Secured Loans | Definition, Advantages & Disadvantages

A secured loan is a type of loan that is protected by an asset or a collateral. The items that is purchased from the proceeds of a loan e.g. a house or a car loan can be used as the collateral. Interest rates for secured loans are usually lower. If you fail to pay the loan as agreed, the lender will take possession of the item that was used as collateral. These can long term or short term loans.



The advantages of secured loans

The key advantages of secured bank loans include;

1. They are easier to obtain

These loans are always cheaper for anyone who has a decent credit score. This is because the bank is sure that it can recover the money that was given out in case you fail to pay as expected. It is still possible to get a secured loan when you have a bad credit history.

2. You can borrow over a longer period

The term of secured loans usually ranges from 5 to 20 years. Unsecured loans terms range from 1 to 7 years. Longer repayment periods help lenders to offset the hefty set up costs.
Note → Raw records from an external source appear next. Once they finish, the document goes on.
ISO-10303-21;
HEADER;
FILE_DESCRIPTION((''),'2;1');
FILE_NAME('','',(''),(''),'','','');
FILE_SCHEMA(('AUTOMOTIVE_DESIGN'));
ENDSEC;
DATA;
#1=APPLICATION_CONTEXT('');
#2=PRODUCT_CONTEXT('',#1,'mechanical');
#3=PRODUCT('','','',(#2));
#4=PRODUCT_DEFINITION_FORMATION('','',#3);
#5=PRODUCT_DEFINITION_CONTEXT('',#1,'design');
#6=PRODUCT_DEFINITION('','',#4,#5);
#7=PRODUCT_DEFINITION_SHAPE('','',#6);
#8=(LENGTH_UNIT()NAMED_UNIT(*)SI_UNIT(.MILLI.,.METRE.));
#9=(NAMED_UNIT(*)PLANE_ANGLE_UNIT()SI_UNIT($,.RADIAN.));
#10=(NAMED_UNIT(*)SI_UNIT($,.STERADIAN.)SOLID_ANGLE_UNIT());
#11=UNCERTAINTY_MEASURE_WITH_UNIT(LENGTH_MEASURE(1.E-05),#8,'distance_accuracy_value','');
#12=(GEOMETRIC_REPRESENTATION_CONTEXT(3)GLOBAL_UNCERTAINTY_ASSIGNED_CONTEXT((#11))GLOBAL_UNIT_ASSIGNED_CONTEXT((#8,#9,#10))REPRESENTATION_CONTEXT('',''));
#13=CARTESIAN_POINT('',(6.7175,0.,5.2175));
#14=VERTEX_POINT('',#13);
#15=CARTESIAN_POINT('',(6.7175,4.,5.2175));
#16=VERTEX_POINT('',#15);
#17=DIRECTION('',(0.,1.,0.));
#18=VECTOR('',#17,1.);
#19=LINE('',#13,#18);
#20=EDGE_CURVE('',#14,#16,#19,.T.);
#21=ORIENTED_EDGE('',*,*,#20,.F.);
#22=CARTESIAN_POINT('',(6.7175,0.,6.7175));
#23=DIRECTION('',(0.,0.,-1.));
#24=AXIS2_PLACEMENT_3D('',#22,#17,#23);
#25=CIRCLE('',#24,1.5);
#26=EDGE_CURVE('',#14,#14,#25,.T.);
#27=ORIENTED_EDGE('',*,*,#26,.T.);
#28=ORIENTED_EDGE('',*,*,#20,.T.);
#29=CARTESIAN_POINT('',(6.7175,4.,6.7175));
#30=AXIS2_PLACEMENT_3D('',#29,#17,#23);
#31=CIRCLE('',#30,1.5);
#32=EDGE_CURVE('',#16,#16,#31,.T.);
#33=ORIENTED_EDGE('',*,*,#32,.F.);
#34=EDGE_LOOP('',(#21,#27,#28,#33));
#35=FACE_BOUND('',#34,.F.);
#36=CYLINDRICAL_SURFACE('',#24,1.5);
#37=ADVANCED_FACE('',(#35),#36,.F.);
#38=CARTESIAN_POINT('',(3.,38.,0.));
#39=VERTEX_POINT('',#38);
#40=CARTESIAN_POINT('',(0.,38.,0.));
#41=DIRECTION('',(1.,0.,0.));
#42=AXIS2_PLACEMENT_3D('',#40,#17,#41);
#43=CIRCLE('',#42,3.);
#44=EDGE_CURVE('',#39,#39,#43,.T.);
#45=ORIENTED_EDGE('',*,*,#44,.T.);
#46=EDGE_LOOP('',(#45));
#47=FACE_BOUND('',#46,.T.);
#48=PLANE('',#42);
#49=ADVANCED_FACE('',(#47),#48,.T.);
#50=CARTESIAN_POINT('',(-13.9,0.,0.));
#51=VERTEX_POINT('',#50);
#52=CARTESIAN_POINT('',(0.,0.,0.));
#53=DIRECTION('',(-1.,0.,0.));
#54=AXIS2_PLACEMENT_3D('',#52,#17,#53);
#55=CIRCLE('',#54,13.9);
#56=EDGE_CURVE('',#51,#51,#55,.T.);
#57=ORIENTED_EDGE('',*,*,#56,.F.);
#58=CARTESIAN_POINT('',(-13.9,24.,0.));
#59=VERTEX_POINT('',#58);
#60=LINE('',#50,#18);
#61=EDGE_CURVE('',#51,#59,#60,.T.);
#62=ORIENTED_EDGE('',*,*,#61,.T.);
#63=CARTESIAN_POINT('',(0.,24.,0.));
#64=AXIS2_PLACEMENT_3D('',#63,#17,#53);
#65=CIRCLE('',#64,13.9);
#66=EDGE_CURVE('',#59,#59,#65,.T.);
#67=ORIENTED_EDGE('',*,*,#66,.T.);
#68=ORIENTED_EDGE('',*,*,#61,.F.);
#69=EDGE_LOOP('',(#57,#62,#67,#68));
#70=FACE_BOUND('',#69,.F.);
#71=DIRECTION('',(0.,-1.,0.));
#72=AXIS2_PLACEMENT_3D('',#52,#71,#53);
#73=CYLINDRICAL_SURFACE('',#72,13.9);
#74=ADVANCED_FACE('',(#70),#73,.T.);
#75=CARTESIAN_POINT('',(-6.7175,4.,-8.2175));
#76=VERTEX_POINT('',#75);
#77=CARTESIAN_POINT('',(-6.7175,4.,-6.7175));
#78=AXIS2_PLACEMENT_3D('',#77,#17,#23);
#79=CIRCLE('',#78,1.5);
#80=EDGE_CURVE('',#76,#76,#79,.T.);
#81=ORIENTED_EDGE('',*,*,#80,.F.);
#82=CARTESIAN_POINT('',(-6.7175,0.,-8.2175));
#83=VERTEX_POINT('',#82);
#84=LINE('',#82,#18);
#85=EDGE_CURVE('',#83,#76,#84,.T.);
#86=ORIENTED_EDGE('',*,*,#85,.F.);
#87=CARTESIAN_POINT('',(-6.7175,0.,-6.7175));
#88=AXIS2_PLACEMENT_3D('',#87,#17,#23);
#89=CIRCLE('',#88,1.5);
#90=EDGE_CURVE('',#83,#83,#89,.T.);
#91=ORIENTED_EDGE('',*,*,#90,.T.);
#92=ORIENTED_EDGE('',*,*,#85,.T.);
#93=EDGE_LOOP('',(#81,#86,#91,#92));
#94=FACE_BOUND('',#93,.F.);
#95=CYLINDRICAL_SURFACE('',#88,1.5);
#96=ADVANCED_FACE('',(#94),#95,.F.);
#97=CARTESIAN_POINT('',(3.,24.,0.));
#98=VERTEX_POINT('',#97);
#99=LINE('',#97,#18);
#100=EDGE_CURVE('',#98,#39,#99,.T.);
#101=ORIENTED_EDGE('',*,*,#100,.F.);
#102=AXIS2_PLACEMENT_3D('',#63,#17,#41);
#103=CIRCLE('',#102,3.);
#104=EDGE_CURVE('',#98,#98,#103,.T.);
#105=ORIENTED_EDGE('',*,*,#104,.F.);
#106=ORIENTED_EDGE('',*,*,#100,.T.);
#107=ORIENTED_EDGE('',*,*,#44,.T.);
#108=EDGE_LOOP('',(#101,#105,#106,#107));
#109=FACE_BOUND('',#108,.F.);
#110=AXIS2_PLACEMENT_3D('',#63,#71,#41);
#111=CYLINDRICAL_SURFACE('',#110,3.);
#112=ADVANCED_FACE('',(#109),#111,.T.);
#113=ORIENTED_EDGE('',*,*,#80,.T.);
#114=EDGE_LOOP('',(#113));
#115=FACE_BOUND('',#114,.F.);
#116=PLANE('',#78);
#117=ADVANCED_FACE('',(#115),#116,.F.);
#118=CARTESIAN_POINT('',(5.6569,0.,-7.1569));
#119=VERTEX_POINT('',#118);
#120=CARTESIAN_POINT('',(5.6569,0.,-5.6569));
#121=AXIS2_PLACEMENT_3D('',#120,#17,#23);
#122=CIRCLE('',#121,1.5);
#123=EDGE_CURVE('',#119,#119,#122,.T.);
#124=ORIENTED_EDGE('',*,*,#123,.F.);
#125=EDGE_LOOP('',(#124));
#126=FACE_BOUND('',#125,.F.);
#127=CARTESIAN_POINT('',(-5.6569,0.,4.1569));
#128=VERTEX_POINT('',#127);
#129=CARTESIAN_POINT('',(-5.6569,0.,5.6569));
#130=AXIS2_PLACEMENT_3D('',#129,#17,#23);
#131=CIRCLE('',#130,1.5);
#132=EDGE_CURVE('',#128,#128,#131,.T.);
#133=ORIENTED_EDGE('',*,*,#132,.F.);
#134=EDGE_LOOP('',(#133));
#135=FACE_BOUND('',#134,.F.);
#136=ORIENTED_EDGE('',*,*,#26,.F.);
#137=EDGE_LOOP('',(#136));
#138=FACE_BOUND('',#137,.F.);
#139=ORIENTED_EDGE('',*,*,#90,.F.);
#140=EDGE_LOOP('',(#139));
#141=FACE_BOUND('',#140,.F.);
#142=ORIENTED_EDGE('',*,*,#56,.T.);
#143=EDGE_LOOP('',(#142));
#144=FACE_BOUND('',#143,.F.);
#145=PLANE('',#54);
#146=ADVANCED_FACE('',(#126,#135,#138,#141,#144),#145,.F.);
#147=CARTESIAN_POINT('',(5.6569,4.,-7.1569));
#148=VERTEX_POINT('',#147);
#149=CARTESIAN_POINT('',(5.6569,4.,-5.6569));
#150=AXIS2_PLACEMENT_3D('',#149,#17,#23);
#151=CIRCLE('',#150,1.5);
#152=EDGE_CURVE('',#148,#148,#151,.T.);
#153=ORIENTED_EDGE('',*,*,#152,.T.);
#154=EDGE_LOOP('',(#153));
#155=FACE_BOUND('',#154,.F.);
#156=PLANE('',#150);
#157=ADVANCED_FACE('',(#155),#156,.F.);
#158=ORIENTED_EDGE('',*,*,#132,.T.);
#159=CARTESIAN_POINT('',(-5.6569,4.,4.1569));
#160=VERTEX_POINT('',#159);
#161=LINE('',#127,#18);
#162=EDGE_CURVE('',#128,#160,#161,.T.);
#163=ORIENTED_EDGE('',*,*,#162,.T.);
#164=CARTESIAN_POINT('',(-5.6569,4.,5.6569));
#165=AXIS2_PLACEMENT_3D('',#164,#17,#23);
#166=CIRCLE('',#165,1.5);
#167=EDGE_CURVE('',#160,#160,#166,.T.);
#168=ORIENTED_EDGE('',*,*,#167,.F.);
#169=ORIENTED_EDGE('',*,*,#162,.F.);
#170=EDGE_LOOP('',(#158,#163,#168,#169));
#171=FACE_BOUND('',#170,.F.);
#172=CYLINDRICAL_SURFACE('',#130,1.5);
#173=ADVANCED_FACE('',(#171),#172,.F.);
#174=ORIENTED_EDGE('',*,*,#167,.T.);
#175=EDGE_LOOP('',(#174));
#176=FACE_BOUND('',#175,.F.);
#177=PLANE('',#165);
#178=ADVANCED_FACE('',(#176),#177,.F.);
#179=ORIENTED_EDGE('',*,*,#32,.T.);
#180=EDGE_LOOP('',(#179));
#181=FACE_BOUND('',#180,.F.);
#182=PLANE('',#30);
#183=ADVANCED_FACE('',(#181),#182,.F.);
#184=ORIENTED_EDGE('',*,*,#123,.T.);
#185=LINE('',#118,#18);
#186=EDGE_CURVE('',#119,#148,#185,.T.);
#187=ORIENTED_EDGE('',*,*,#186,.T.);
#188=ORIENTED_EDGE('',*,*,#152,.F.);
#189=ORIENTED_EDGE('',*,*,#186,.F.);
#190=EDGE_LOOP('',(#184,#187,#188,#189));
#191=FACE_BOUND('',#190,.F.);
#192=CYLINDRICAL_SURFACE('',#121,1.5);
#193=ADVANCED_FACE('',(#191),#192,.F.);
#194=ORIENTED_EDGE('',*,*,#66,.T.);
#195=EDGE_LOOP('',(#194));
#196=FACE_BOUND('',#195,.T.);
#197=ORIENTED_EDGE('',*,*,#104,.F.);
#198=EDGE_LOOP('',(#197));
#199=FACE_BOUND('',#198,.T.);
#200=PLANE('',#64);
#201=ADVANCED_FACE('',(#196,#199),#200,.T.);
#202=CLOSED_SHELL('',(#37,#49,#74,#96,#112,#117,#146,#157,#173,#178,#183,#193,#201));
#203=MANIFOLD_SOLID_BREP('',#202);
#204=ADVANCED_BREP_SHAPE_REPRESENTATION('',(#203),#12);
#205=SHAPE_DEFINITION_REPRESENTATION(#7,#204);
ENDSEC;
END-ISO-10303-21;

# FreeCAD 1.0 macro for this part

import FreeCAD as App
import Part
import Sketcher
Q = App.Units.Quantity

doc = App.newDocument("Part")
params = doc.addObject("Spreadsheet::Sheet", "Params")
for row, (alias, value) in enumerate([
    ("sketch1_diameter", "27.8 mm"),
    ("pad1_length", "24 mm"),
    ("sketch2_diameter", "3 mm"),
    ("hole_diameter", "3 mm"),
    ("hole_depth", "4 mm"),
    ("sketch3_diameter", "6 mm"),
    ("pad2_length", "14 mm"),
], start=1):
    params.set(f"A{row}", alias)
    params.set(f"B{row}", "=" + value)
    params.setAlias(f"B{row}", alias)

body = doc.addObject("PartDesign::Body", "Body")

sketch1 = doc.addObject("Sketcher::SketchObject", "Sketch")
body.addObject(sketch1)
sketch1.AttachmentSupport = (doc.XZ_Plane, [""])
sketch1.MapMode = "FlatFace"
sketch1.addGeometry(Part.Circle(App.Vector(0, 0, 0), App.Vector(0, 0, 1), 14), False)
sketch1.addConstraint(Sketcher.Constraint("Coincident", 0, 3, -1, 1))
sketch1.addConstraint(Sketcher.Constraint("Diameter", 0, Q("27.8 mm")))
sketch1.setExpression("Constraints[1]", "Params.sketch1_diameter")
pad1 = doc.addObject("PartDesign::Pad", "Pad")
body.addObject(pad1)
pad1.Profile = sketch1
pad1.setExpression("Length", "Params.pad1_length")
pad1.Reversed = True

sketch2 = doc.addObject("Sketcher::SketchObject", "Sketch001")
body.addObject(sketch2)
sketch2.AttachmentSupport = (doc.XZ_Plane, [""])
sketch2.MapMode = "FlatFace"
sketch2.addGeometry(Part.Circle(App.Vector(6.7, 6.7, 0), App.Vector(0, 0, 1), 1.5), False)
sketch2.addGeometry(Part.Circle(App.Vector(5.7, -5.7, 0), App.Vector(0, 0, 1), 1.5), False)
sketch2.addGeometry(Part.Circle(App.Vector(-6.7, -6.7, 0), App.Vector(0, 0, 1), 1.5), False)
sketch2.addGeometry(Part.Circle(App.Vector(-5.7, 5.7, 0), App.Vector(0, 0, 1), 1.5), False)
sketch2.addConstraint(Sketcher.Constraint("Equal", 0, 1))
sketch2.addConstraint(Sketcher.Constraint("Equal", 1, 2))
sketch2.addConstraint(Sketcher.Constraint("Equal", 2, 3))
sketch2.addConstraint(Sketcher.Constraint("Symmetric", 0, 3, 2, 3, -1, 1))
sketch2.addConstraint(Sketcher.Constraint("Symmetric", 1, 3, 3, 3, -1, 1))
sketch2.addConstraint(Sketcher.Constraint("Diameter", 0, Q("3 mm")))
sketch2.addConstraint(Sketcher.Constraint("DistanceX", -1, 1, 1, 3, Q("5.657 mm")))
sketch2.addConstraint(Sketcher.Constraint("DistanceY", 1, 3, -1, 1, Q("5.657 mm")))
sketch2.addConstraint(Sketcher.Constraint("DistanceX", 2, 3, 0, 3, Q("13.435 mm")))
sketch2.addConstraint(Sketcher.Constraint("DistanceY", 2, 3, 0, 3, Q("13.435 mm")))
sketch2.setExpression("Constraints[5]", "Params.sketch2_diameter")
doc.recompute()
hole = doc.addObject("PartDesign::Hole", "Hole")
body.addObject(hole)
hole.Profile = sketch2
hole.ThreadType = "None"
hole.setExpression("Diameter", "Params.hole_diameter")
hole.DepthType = "Dimension"
hole.setExpression("Depth", "Params.hole_depth")
hole.DrillPoint = "Flat"

sketch3 = doc.addObject("Sketcher::SketchObject", "Sketch002")
body.addObject(sketch3)
sketch3.AttachmentSupport = (doc.XZ_Plane, [""])
sketch3.MapMode = "FlatFace"
sketch3.AttachmentOffset = App.Placement(App.Vector(0, 0, -24), App.Rotation())
sketch3.addGeometry(Part.Circle(App.Vector(0, 0, 0), App.Vector(0, 0, 1), 3), False)
sketch3.addConstraint(Sketcher.Constraint("Coincident", 0, 3, -1, 1))
sketch3.addConstraint(Sketcher.Constraint("Diameter", 0, Q("6 mm")))
sketch3.setExpression("Constraints[1]", "Params.sketch3_diameter")
pad2 = doc.addObject("PartDesign::Pad", "Pad001")
body.addObject(pad2)
pad2.Profile = sketch3
pad2.setExpression("Length", "Params.pad2_length")
pad2.Reversed = True

doc.recompute()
However, as a borrower, you should keep in mind the fact that borrowing for longer increases the total amount of interest paid significantly.

3. Big borrowing possible

It possible to borrow more when you take an unsecured loan than an unsecured loan.

The disadvantages of secure loans

1. You could lose your home

If you do not make your loan repayments on time, you may end up losing your home or any other asset that was used as collateral. Many people have lost their assets after failing to repay the secured loans they took from banks and other financial institutions.

2. Variable interest rates

Secured bank loans have a variable interest rates. This can mean that the interest rate that will be charged in future may be higher than the interest rates charged today.